A menudo encontramos que hablamos de esferas de la realidad diferenciadas, sin nexos comunes, donde es habitual encontrar carencias sociales en ámbitos "espirituales" o religiosos y también a la inversa, donde es muy difícil hablar de aspectos espirituales o de cambio de valores en espacios políticos o de transformación social.

Con este encuentro matinal, hablaremos de todo esto con unos invitados especiales que han podido desarrollar a lo largo de su experiencia vital ambas caras de la misma realidad. A continuación habrá turno de palabras y coloquio.

Después, haremos una tiempo de silencio en grupo para experimentar la joya del silencio interior y finalmente compartiremos la comida con aquello que cada cual haya podido traer.

Todo esto, en un ambiente privilegiado, abierto y cercano cómo es el Monasterio de Sant Jeroni del Arrayán, un santuario de soledad y silencio, testigo de los signos del tiempo, un verdadero museo al aire libre.

Estáis invitados/datos y si os motiva podéis hacer difusión entre quien creéis que le puede interesar.

Os esperamos!

Ved también:

http://integralivital.net/2017/02/20/espiritualitat-i-canvi-social/
Libro "Activismo y espiritualidad"

Detalles

El próximo Sábado, 04/03/2017 tendrá lugar en el monasterio de San Jeroni de la Murtra (una joya del gótico catalán situado en Badalona y dinamizado por una comunidad heterogénea) una primera jornada sobre «Espiritualidad y transformación social». Esta quiere ser una oportunidad para poner sobre la mesa la relación entre el cambio interior y el cambio exterior, entre la voluntad de mirarnos a nosotros mismos y nuestra conexión profunda con la vida y con las preguntas fundamentales de la existencia y al mismo tiempo tener en cuenta el mundo en el que vivimos, con sus estructuras y valores que dificultan en gran medida una evolución emancipadora de la persona y de la sociedad.

Actualmente y en las últimas décadas las tendencias, luchas y movimientos que proponen cambios en el sistema social se encuentran bastante carentes de fuerza, de fe, de potencia y de conexión humana. A menudo caen en el materialismo, el politicismo y el odio al orden establecido como fuerza motora.

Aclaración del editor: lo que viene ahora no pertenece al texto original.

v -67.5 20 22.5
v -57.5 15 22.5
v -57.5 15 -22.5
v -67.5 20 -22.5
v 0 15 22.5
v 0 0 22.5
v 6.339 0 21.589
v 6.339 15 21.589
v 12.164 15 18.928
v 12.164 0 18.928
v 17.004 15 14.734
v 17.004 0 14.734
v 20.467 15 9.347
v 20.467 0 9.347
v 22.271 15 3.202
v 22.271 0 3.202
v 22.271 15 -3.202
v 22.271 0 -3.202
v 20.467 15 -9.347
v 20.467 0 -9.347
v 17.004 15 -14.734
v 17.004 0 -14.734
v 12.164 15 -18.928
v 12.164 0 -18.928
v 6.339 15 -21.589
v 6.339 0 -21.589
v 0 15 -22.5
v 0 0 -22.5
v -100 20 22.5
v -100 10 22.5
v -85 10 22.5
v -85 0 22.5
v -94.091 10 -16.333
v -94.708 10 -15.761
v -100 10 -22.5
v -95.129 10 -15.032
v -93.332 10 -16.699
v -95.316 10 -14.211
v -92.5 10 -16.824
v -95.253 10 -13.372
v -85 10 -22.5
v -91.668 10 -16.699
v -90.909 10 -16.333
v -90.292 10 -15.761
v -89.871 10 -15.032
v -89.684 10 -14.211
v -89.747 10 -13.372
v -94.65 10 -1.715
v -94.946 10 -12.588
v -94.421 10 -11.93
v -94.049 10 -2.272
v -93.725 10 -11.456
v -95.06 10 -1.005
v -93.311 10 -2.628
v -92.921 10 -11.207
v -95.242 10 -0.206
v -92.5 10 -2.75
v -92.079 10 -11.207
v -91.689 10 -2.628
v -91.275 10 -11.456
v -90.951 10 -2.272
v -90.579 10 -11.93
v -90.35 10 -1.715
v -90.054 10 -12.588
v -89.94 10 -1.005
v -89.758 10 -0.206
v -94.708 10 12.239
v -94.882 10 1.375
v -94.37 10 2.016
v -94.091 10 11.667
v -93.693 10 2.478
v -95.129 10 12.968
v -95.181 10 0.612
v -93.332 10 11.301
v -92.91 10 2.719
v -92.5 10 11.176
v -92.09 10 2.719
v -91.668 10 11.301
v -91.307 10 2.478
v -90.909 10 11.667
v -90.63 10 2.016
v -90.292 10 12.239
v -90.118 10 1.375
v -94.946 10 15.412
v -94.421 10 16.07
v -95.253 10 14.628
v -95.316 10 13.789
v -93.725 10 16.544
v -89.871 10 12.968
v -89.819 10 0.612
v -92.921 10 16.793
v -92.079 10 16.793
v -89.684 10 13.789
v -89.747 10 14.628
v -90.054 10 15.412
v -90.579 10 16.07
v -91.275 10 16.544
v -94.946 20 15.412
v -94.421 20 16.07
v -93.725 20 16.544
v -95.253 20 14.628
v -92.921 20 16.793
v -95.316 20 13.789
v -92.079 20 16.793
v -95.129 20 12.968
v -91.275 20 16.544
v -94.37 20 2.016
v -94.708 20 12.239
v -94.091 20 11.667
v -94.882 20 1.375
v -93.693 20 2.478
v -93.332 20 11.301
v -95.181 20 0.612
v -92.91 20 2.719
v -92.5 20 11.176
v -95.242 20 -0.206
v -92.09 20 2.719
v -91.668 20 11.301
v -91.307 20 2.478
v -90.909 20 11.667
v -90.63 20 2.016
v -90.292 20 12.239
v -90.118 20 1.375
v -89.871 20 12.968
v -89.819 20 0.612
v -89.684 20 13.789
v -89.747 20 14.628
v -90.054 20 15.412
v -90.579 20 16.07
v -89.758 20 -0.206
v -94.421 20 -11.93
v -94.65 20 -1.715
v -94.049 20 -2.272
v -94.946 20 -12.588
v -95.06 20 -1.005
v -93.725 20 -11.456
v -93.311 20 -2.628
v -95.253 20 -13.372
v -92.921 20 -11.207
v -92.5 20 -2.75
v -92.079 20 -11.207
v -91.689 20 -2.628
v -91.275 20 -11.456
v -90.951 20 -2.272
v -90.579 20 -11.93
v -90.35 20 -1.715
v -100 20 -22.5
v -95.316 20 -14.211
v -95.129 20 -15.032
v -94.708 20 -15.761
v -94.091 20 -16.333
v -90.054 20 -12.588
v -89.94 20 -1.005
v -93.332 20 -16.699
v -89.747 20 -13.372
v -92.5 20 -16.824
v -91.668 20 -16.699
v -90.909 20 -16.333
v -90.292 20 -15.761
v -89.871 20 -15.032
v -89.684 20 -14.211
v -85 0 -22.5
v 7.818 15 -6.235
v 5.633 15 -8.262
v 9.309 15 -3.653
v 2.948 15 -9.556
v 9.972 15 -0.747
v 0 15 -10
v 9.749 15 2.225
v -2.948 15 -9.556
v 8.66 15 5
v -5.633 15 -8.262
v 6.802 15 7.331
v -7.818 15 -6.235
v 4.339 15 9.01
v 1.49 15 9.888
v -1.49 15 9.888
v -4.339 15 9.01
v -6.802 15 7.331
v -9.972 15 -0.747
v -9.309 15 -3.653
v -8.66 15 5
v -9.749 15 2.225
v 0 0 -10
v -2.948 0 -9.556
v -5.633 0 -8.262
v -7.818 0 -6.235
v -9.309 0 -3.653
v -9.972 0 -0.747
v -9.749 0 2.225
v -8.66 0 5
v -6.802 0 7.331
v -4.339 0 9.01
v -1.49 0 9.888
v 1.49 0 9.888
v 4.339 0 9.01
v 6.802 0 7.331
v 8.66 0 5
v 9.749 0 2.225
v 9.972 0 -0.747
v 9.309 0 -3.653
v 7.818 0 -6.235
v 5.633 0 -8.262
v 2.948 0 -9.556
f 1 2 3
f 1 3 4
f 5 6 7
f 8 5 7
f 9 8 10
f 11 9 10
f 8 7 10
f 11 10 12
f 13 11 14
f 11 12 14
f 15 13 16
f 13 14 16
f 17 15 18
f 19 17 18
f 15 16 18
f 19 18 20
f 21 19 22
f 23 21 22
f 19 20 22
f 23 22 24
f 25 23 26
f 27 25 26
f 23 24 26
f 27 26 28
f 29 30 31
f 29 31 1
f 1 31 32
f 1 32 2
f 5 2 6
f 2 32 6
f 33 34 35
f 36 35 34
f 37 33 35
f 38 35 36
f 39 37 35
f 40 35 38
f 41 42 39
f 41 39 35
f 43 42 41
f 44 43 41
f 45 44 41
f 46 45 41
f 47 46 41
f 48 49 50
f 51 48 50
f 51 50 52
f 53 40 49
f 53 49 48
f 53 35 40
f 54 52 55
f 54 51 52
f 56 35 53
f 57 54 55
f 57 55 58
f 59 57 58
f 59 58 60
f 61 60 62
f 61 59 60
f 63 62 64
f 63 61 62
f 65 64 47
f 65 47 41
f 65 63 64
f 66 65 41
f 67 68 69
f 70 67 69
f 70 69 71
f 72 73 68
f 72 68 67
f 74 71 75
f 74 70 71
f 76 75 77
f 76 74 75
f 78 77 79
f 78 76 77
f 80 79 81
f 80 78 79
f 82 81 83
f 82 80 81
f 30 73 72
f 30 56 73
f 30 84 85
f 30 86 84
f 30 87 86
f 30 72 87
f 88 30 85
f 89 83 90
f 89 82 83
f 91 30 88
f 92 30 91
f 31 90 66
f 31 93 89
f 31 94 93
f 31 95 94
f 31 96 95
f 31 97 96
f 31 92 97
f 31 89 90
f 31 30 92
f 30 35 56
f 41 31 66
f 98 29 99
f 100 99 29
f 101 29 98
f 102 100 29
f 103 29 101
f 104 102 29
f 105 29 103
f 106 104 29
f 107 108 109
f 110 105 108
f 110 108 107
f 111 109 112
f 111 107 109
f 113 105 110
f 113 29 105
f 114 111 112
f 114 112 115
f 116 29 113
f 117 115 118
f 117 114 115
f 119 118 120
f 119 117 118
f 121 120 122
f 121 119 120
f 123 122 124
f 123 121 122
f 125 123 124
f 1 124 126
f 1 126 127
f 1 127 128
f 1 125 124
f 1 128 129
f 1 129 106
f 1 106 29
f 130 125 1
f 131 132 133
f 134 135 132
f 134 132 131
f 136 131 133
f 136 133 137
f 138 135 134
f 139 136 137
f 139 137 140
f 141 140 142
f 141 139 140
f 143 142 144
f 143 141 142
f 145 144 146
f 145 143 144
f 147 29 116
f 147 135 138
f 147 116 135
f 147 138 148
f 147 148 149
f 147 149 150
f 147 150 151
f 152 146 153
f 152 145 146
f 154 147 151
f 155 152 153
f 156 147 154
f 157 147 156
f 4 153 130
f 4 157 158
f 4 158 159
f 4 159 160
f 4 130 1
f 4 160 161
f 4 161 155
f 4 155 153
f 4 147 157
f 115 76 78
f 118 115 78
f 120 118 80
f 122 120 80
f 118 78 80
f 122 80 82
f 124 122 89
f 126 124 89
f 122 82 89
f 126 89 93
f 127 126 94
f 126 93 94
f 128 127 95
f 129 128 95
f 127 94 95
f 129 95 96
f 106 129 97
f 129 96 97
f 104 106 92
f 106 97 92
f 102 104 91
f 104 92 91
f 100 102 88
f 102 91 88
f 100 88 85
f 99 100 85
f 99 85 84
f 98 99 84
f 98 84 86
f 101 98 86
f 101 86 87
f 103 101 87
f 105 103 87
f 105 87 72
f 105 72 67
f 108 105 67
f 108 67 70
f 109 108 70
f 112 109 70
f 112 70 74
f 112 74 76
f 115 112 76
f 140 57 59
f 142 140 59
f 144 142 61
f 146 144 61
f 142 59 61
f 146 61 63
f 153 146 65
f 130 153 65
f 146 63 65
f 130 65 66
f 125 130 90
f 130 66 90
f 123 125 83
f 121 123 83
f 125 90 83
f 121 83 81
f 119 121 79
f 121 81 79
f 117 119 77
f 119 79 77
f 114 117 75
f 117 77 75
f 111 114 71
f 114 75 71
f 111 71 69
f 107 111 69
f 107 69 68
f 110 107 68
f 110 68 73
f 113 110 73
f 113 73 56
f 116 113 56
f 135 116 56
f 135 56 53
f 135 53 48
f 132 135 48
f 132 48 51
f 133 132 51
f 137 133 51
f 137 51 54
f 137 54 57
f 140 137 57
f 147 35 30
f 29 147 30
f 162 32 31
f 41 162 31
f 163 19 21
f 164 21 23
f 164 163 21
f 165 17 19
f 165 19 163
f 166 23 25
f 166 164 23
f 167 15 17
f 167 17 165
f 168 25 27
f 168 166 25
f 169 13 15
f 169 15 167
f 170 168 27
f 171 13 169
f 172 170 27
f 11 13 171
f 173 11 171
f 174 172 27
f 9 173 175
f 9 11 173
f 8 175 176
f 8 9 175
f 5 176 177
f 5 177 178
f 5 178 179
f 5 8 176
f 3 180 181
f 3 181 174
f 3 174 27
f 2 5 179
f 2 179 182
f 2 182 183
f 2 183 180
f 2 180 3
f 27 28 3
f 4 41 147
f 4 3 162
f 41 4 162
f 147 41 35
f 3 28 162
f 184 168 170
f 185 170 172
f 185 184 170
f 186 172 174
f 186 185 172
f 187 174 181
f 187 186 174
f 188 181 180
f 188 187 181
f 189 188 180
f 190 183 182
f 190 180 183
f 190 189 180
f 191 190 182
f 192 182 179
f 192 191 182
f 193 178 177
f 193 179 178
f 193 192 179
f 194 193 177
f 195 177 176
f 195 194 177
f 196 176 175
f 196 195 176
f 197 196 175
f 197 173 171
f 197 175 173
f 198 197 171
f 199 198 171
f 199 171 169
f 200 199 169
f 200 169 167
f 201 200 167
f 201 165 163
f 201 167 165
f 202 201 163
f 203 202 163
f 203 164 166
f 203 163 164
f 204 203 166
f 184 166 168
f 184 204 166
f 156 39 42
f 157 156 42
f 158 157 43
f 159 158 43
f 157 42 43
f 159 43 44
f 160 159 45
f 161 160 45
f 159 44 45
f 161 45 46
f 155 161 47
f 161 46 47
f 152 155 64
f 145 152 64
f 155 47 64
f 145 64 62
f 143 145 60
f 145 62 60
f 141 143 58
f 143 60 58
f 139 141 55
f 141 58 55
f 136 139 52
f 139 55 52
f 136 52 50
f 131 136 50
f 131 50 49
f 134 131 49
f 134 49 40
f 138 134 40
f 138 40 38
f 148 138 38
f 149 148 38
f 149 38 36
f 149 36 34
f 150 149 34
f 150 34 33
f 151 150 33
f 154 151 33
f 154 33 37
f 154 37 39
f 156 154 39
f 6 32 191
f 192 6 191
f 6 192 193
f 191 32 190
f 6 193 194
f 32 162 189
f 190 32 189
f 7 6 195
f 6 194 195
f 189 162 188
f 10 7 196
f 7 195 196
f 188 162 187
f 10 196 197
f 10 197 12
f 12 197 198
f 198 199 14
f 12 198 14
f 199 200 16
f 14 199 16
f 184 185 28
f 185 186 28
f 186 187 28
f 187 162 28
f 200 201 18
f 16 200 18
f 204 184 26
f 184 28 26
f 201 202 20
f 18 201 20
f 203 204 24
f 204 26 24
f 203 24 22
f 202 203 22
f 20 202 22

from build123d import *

# Parameters (mm, degrees)
EXTRUDE_1_DEPTH     = 20
CUT_EXTRUDE_1_REACH = 113.467
SKETCH_2_W          = 15
SKETCH_2_H          = 10
CUT_EXTRUDE_2_REACH = 104.987
SKETCH_3_R          = 2.75
SKETCH_3_R_2        = 2.824113924
CUT_EXTRUDE_3_REACH = 106.433
SKETCH_4_R          = 10
CUT_EXTRUDE_4_REACH = 113.467


with BuildPart() as part:
    # 草图1 → 凸台-拉伸1 (new body)
    with BuildSketch(Plane(origin=(0, 0, 0), x_dir=(1, 0, 0), z_dir=(0, 1, 0))):
        with BuildLine():
            Line((0, 22.5), (-100, 22.5))
            Line((-100, 22.5), (-100, -22.5))
            Line((-100, -22.5), (0, -22.5))
            ThreePointArc((0, -22.5), (22.5, 0), (0, 22.5))
        make_face()
    extrude(amount=EXTRUDE_1_DEPTH)

    # 草图2 → 切除-拉伸1 (cut, up to next)
    with BuildSketch(Plane.XY.offset(22.5), mode=Mode.PRIVATE) as cut_extrude_1_sk1:
        with Locations((-92.5, 5)):
            Rectangle(SKETCH_2_W, SKETCH_2_H)
    cut_extrude_1_tool1 = extrude(cut_extrude_1_sk1.sketch, amount=-CUT_EXTRUDE_1_REACH, mode=Mode.PRIVATE) & part.part
    add(cut_extrude_1_tool1.solids().sort_by_distance((-92.5, 5, 22.5))[0], mode=Mode.SUBTRACT)

    # 草图3 → 切除-拉伸2 (cut, up to next)
    with BuildSketch(Plane.XZ.offset(-10), mode=Mode.PRIVATE) as cut_extrude_2_sk1:
        with Locations(Location((-92.5, 0, 0), (0, 0, 270))):
            Circle(SKETCH_3_R)
    cut_extrude_2_tool1 = extrude(cut_extrude_2_sk1.sketch, amount=-CUT_EXTRUDE_2_REACH, mode=Mode.PRIVATE) & part.part
    # 草图3 → 切除-拉伸2 (cut, up to next)
    with BuildSketch(Plane.XZ.offset(-10), mode=Mode.PRIVATE) as cut_extrude_2_sk2:
        with Locations(Location((-92.5, 14, 0), (0, 0, 270))):
            Circle(SKETCH_3_R_2)
    cut_extrude_2_tool2 = extrude(cut_extrude_2_sk2.sketch, amount=-CUT_EXTRUDE_2_REACH, mode=Mode.PRIVATE) & part.part
    # 草图3 → 切除-拉伸2 (cut, up to next)
    with BuildSketch(Plane.XZ.offset(-10), mode=Mode.PRIVATE) as cut_extrude_2_sk3:
        with Locations(Location((-92.5, -14, 0), (0, 0, 270))):
            Circle(SKETCH_3_R_2)
    cut_extrude_2_tool3 = extrude(cut_extrude_2_sk3.sketch, amount=-CUT_EXTRUDE_2_REACH, mode=Mode.PRIVATE) & part.part
    add(cut_extrude_2_tool1.solids().sort_by_distance((-92.5, 10, 0))[0], mode=Mode.SUBTRACT)
    add(cut_extrude_2_tool2.solids().sort_by_distance((-92.5, 10, 14))[0], mode=Mode.SUBTRACT)
    add(cut_extrude_2_tool3.solids().sort_by_distance((-92.5, 10, -14))[0], mode=Mode.SUBTRACT)

    # 草图4 → 切除-拉伸3 (cut, up to next)
    with BuildSketch(Plane(origin=(0, 0, 0), x_dir=(1, 0, 0), z_dir=(0, 1, 0)), mode=Mode.PRIVATE) as cut_extrude_3_sk1:
        with Locations(Location((0, 0, 0), (0, 0, 90))):
            Circle(SKETCH_4_R)
    cut_extrude_3_tool1 = extrude(cut_extrude_3_sk1.sketch, amount=CUT_EXTRUDE_3_REACH, mode=Mode.PRIVATE) & part.part
    add(cut_extrude_3_tool1.solids().sort_by_distance((0, 0, 0))[0], mode=Mode.SUBTRACT)

    # 草图5 → 切除-拉伸4 (cut, up to next)
    with BuildSketch(Plane.XY.offset(22.5), mode=Mode.PRIVATE) as cut_extrude_4_sk1:
        Polygon((22.5, 20), (22.5, 15), (-57.5, 15), (-67.5, 20), align=None)
    cut_extrude_4_tool1 = extrude(cut_extrude_4_sk1.sketch, amount=-CUT_EXTRUDE_4_REACH, mode=Mode.PRIVATE) & part.part
    add(cut_extrude_4_tool1.solids().sort_by_distance((-20.04902, 17.54902, 22.5))[0], mode=Mode.SUBTRACT)


solid = part.part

Al mismo tiempo, los movimientos y tendencias que ponen más énfasis en el cambio interior y la espiritualidad suelen caer en el individualismo, el egocentrismo y el mercantilismo propio de las sociedades modernas neoliberales. Mientras a unos les sobran los juicios y el ojo crítico y les falta esperanza y confianza, a los otros les sobra ingenuidad y falta criterio firme respecto la acción de cara a los males del mundo. En los primeros el hecho de no tener una conexión más fuerte con la realidad existencial de la vida, con la potencia de los individuos, y una cosmovisión de amor y confianza hacia los demás, les quita mucha fuerza y posibilidades de victoria. A los segundos el hecho de dar la espalda a una transformación que vaya más allá de la persona en sí misma, que puede ir más allá de mejorar como ser concreto en la vida cotidiana, o trabajar las propias cuestiones internas del ego, para luchar contra las estructuras y tendencias opresivas que están más allá de nosotros y hacerles frente colectivamente, les quita también mucha fuerza y credibilidad y los inunda de impotencia, de modo que incluso pueden acabar convirtiéndose en corrientes reaccionarías que apuntalan al sistema más que lo impugnan. A un nivel personal, podemos decir que las personas con fuerza espiritual generalmente no se han dedicado a proyectarla hacia afuera sino a mirarse el ombligo, y que esto provoca que la potencia interna de cada uno se vea mermada; por otra parte, es difícil encontrar en las personas que se dedican a hacer proyectos y acciones sociales una conexión interna fuerte consigo mismos, con los demás y con la vida, por lo que sus acciones se ven también muy debilitadas y su fortaleza para oponerse al orden establecido disminuye.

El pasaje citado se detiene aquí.